Тон голоса Витгенштейна был услышан неверно в большом количестве вторичной литературы о нем. Тон Витгенштейна — так очевидно отличающийся от того, каким написана большая часть аналитической философии — это одна из самых потрясающих вещей в его работе. Читать что-то его — значит, сразу видеть, что его дух и личность выражены в работе столь сильно, в отличие от духа работ Рассела, Райла, Куайна и Айера. Витгенштейн сам придавал этому огромную важность. Он был глубоко обеспокоен тем, что дух его работы могут понять неправильно, и осознавал трудность в предотвращении такого неправильного понимания. В различных предисловиях, которые он написал к своей последней работе, он снова и снова пытался увериться, что его читатели прочитают его, так сказать, с правильной точки зрения. В раннем наброске предисловия к Философским заметкам, например, он настаивал, что ему безразлично, поймет или нет его работу “типичный западный ученый”, поскольку “он в любом случае не поймет дух, в котором я пишу”. В неопубликованной версии предисловия к Философским исследованиям он объявляет, что он с некоторой неохотой представляет книгу публике, поскольку: “Она попадет в руки по большей части не те, в которых я желал бы ее увидеть”. “Может, она скоро, — убеждает он, — будет полностью забыта философскими журналистами и так сохранится для читателей лучшего рода”» [1].

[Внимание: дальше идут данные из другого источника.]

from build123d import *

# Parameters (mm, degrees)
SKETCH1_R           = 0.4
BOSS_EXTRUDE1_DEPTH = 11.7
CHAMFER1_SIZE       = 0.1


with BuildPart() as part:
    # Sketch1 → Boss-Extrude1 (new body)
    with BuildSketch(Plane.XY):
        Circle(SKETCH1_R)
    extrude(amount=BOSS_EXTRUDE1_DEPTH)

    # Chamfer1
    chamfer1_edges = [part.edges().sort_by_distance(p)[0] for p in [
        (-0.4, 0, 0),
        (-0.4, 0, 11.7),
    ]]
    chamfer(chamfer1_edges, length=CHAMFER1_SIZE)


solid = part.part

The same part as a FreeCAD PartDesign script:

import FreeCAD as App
import Part
import Sketcher


def edges_at(feature, points):
    """Names of the edges that pass closest to the given points."""
    edges = feature.Shape.Edges
    near = lambda p: min(range(len(edges)), key=lambda i: edges[i].distToShape(Part.Vertex(*p))[0])
    return sorted({f"Edge{near(p) + 1}" for p in points})

doc = App.newDocument("Part")
body = doc.addObject("PartDesign::Body", "Body")

# Sketch on XY plane
sketch1 = body.newObject("Sketcher::SketchObject", "Sketch")
sketch1.AttachmentSupport = (doc.getObject("XY_Plane"), [""])
sketch1.MapMode = "FlatFace"
sketch1.addGeometry(Part.Circle(App.Vector(0, 0, 0), App.Vector(0, 0, 1), 0.4), False)
sketch1.addConstraint(Sketcher.Constraint("Coincident", 0, 3, -1, 1))
sketch1.addConstraint(Sketcher.Constraint("Diameter", 0, 0.8))
pad1 = body.newObject("PartDesign::Pad", "Pad")
pad1.Profile = sketch1
pad1.Length = 11.7
doc.recompute()

chamfer = body.newObject("PartDesign::Chamfer", "Chamfer")
chamfer.Base = (pad1, edges_at(pad1, [(-0.4, 0, 0), (-0.4, 0, 11.7)]))
chamfer.Size = 0.1

doc.recompute()
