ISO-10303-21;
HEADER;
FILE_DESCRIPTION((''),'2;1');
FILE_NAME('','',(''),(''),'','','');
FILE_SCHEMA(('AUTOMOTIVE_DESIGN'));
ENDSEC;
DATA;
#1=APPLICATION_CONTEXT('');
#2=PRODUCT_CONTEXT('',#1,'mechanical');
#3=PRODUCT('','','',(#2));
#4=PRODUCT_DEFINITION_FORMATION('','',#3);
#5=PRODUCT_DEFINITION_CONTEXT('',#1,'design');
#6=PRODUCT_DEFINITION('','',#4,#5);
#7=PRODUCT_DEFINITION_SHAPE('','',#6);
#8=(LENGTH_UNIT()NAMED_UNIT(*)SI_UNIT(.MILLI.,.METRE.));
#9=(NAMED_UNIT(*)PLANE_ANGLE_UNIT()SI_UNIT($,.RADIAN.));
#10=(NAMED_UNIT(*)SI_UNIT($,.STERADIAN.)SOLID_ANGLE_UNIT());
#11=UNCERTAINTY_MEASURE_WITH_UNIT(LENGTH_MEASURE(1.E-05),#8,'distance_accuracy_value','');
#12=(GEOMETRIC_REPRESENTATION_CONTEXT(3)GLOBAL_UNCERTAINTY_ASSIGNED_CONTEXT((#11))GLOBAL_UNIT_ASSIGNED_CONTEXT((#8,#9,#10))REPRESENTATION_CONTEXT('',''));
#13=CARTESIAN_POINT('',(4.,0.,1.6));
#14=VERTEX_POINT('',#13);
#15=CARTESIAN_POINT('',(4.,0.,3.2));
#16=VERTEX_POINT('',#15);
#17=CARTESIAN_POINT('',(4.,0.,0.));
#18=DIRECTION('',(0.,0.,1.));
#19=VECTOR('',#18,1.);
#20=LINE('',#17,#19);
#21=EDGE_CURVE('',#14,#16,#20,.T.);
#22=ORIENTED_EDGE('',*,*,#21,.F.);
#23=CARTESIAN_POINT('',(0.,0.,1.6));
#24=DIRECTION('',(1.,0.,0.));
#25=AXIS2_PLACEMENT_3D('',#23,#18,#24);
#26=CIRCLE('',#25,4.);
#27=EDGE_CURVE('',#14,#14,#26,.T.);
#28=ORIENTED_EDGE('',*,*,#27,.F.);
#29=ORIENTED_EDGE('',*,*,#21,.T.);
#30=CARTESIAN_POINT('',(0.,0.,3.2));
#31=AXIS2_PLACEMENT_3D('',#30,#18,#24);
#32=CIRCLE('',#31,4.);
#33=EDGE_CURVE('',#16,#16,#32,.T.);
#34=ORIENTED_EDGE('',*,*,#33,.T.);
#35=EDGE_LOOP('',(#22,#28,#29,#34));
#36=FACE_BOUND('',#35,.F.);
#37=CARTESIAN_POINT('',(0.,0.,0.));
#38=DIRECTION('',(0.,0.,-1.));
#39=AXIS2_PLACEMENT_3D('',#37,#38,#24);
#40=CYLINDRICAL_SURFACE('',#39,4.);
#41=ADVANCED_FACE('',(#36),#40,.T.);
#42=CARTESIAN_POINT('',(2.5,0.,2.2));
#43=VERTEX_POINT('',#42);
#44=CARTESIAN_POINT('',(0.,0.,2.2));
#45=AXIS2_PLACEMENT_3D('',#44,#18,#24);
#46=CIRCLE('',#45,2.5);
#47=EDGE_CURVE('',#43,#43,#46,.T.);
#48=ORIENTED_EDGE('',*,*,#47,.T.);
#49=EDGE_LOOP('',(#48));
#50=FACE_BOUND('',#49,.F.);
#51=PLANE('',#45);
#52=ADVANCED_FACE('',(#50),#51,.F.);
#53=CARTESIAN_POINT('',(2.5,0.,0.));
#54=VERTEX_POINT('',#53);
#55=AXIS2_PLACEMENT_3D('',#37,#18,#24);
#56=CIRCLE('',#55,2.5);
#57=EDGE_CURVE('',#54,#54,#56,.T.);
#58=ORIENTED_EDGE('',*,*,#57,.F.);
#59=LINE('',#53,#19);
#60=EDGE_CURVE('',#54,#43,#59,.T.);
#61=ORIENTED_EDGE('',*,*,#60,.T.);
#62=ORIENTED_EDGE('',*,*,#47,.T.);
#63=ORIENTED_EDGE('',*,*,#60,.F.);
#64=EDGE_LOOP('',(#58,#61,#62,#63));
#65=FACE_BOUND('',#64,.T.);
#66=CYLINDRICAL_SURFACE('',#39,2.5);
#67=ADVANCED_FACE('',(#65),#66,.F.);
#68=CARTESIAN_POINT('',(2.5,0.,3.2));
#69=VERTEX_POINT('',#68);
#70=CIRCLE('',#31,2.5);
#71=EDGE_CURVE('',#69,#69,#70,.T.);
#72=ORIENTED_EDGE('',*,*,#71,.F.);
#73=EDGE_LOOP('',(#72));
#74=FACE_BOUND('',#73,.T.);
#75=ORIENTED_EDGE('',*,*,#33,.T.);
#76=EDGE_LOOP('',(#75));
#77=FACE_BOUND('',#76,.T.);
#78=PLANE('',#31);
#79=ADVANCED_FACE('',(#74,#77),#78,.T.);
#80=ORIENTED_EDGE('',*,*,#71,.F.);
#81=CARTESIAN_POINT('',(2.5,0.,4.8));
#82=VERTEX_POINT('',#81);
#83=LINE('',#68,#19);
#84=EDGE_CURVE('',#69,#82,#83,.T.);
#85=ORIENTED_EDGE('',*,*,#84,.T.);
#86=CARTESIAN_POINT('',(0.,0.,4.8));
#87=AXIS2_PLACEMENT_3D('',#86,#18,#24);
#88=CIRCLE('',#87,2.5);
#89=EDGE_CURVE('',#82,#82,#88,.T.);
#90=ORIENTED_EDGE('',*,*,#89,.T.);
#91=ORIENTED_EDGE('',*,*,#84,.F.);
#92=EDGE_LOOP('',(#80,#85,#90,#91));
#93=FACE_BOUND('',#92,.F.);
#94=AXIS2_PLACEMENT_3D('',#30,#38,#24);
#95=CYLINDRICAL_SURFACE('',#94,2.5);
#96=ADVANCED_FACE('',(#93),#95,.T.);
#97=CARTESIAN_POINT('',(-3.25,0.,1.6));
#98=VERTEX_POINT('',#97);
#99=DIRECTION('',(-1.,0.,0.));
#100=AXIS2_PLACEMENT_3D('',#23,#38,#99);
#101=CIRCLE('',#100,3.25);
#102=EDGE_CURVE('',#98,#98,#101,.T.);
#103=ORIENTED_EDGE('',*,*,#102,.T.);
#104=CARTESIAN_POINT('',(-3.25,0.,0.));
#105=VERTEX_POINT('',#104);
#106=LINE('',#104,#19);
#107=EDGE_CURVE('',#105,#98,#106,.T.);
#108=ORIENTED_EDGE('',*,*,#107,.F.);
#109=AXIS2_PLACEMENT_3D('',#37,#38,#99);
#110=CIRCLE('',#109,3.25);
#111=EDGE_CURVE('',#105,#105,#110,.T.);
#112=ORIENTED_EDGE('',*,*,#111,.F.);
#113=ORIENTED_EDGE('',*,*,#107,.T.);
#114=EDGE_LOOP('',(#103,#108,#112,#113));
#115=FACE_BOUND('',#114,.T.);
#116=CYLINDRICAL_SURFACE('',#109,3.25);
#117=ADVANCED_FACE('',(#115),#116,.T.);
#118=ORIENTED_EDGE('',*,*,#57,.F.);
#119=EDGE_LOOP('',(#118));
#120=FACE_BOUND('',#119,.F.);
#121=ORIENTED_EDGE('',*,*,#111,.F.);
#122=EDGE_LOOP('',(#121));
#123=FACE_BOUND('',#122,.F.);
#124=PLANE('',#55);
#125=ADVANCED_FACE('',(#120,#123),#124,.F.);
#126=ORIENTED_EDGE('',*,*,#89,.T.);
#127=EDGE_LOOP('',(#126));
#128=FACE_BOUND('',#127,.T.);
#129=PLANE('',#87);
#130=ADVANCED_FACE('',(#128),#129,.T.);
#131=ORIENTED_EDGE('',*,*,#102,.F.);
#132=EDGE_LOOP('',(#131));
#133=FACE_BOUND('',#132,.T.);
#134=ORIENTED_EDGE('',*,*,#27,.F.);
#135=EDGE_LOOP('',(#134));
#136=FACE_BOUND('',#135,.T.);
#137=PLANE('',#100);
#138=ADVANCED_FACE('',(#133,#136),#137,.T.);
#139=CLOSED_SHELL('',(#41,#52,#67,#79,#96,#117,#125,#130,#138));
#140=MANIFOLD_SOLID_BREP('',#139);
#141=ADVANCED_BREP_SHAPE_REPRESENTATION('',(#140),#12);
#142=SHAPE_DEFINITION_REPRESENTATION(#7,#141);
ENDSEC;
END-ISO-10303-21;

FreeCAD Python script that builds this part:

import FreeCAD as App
import Part
import Sketcher

doc = App.newDocument("Part")
params = doc.addObject("Spreadsheet::Sheet", "Params")
for row, (alias, value) in enumerate([
    ("sketch1_diameter", "8 mm"),
    ("sketch1_diameter2", "5 mm"),
    ("pad1_length", "3.2 mm"),
    ("sketch2_diameter", "5 mm"),
    ("pad2_length", "1 mm"),
    ("sketch3_diameter", "5 mm"),
    ("pad3_length", "1.6 mm"),
    ("sketch4_diameter", "6.5 mm"),
    ("sketch4_diameter2", "8 mm"),
    ("pocket1_length", "1.6 mm"),
], start=1):
    params.set(f"A{row}", alias)
    params.set(f"B{row}", "=" + value)
    params.setAlias(f"B{row}", alias)

body = doc.addObject("PartDesign::Body", "Body")

# Sketch on XY plane
sketch1 = body.newObject("Sketcher::SketchObject", "Sketch")
sketch1.AttachmentSupport = (doc.getObject("XY_Plane"), [""])
sketch1.MapMode = "FlatFace"
sketch1.addGeometry(Part.Circle(App.Vector(0, 0, 0), App.Vector(0, 0, 1), 4), False)
sketch1.addGeometry(Part.Circle(App.Vector(0, 0, 0), App.Vector(0, 0, 1), 2.5), False)
sketch1.addConstraint(Sketcher.Constraint("Coincident", 0, 3, -1, 1))
sketch1.addConstraint(Sketcher.Constraint("Coincident", 1, 3, -1, 1))
sketch1.addConstraint(Sketcher.Constraint("Diameter", 0, 8.0))
sketch1.addConstraint(Sketcher.Constraint("Diameter", 1, 5.0))
sketch1.setExpression("Constraints[2]", "Params.sketch1_diameter")
sketch1.setExpression("Constraints[3]", "Params.sketch1_diameter2")
pad1 = body.newObject("PartDesign::Pad", "Pad")
pad1.Profile = sketch1
pad1.setExpression("Length", "Params.pad1_length")

# Sketch on XY plane
sketch2 = body.newObject("Sketcher::SketchObject", "Sketch001")
sketch2.AttachmentSupport = (doc.getObject("XY_Plane"), [""])
sketch2.MapMode = "FlatFace"
sketch2.AttachmentOffset = App.Placement(App.Vector(0, 0, 3.2), App.Rotation())
sketch2.addGeometry(Part.Circle(App.Vector(0, 0, 0), App.Vector(0, 0, 1), 2.5), False)
sketch2.addConstraint(Sketcher.Constraint("Coincident", 0, 3, -1, 1))
sketch2.addConstraint(Sketcher.Constraint("Diameter", 0, 5.0))
sketch2.setExpression("Constraints[1]", "Params.sketch2_diameter")
pad2 = body.newObject("PartDesign::Pad", "Pad001")
pad2.Profile = sketch2
pad2.setExpression("Length", "Params.pad2_length")
pad2.Reversed = True

# Sketch on XY plane
sketch3 = body.newObject("Sketcher::SketchObject", "Sketch002")
sketch3.AttachmentSupport = (doc.getObject("XY_Plane"), [""])
sketch3.MapMode = "FlatFace"
sketch3.AttachmentOffset = App.Placement(App.Vector(0, 0, 3.2), App.Rotation())
sketch3.addGeometry(Part.Circle(App.Vector(0, 0, 0), App.Vector(0, 0, 1), 2.5), False)
sketch3.addConstraint(Sketcher.Constraint("Coincident", 0, 3, -1, 1))
sketch3.addConstraint(Sketcher.Constraint("Diameter", 0, 5.0))
sketch3.setExpression("Constraints[1]", "Params.sketch3_diameter")
pad3 = body.newObject("PartDesign::Pad", "Pad002")
pad3.Profile = sketch3
pad3.setExpression("Length", "Params.pad3_length")

# Sketch on XY plane
sketch4 = body.newObject("Sketcher::SketchObject", "Sketch003")
sketch4.AttachmentSupport = (doc.getObject("XY_Plane"), [""])
sketch4.MapMode = "FlatFace"
sketch4.addGeometry(Part.Circle(App.Vector(0, 0, 0), App.Vector(0, 0, 1), 4), False)
sketch4.addGeometry(Part.Circle(App.Vector(0, 0, 0), App.Vector(0, 0, 1), 3.25), False)
sketch4.addConstraint(Sketcher.Constraint("Coincident", 0, 3, -1, 1))
sketch4.addConstraint(Sketcher.Constraint("Coincident", 1, 3, -1, 1))
sketch4.addConstraint(Sketcher.Constraint("Diameter", 1, 6.5))
sketch4.addConstraint(Sketcher.Constraint("Diameter", 0, 8.0))
sketch4.setExpression("Constraints[2]", "Params.sketch4_diameter")
sketch4.setExpression("Constraints[3]", "Params.sketch4_diameter2")
pocket1 = body.newObject("PartDesign::Pocket", "Pocket")
pocket1.Profile = sketch4
pocket1.setExpression("Length", "Params.pocket1_length")
pocket1.Reversed = True

doc.recompute()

Можно позавидовать читателям, впервые открывающим Zettel. Во многом это резюмирующая работа, «принуждающая нас странствовать по обширному полю мысли, пересекая его вдоль и поперек в самых различных направлениях», как говорил Витгенштейн в другом месте, но не по другому поводу. Его тексты — это всегда странствия, богатые событиями, наполненные искренностью и отчаянием.
Текст: Валерий Анашвили
[1] Ray Monk. Philosophical Biography: The Very Idea / Wittgenstein: Biography and Philosophy / edited by James C. Klagge. Cambridge University Press, 2001. P. 3-14.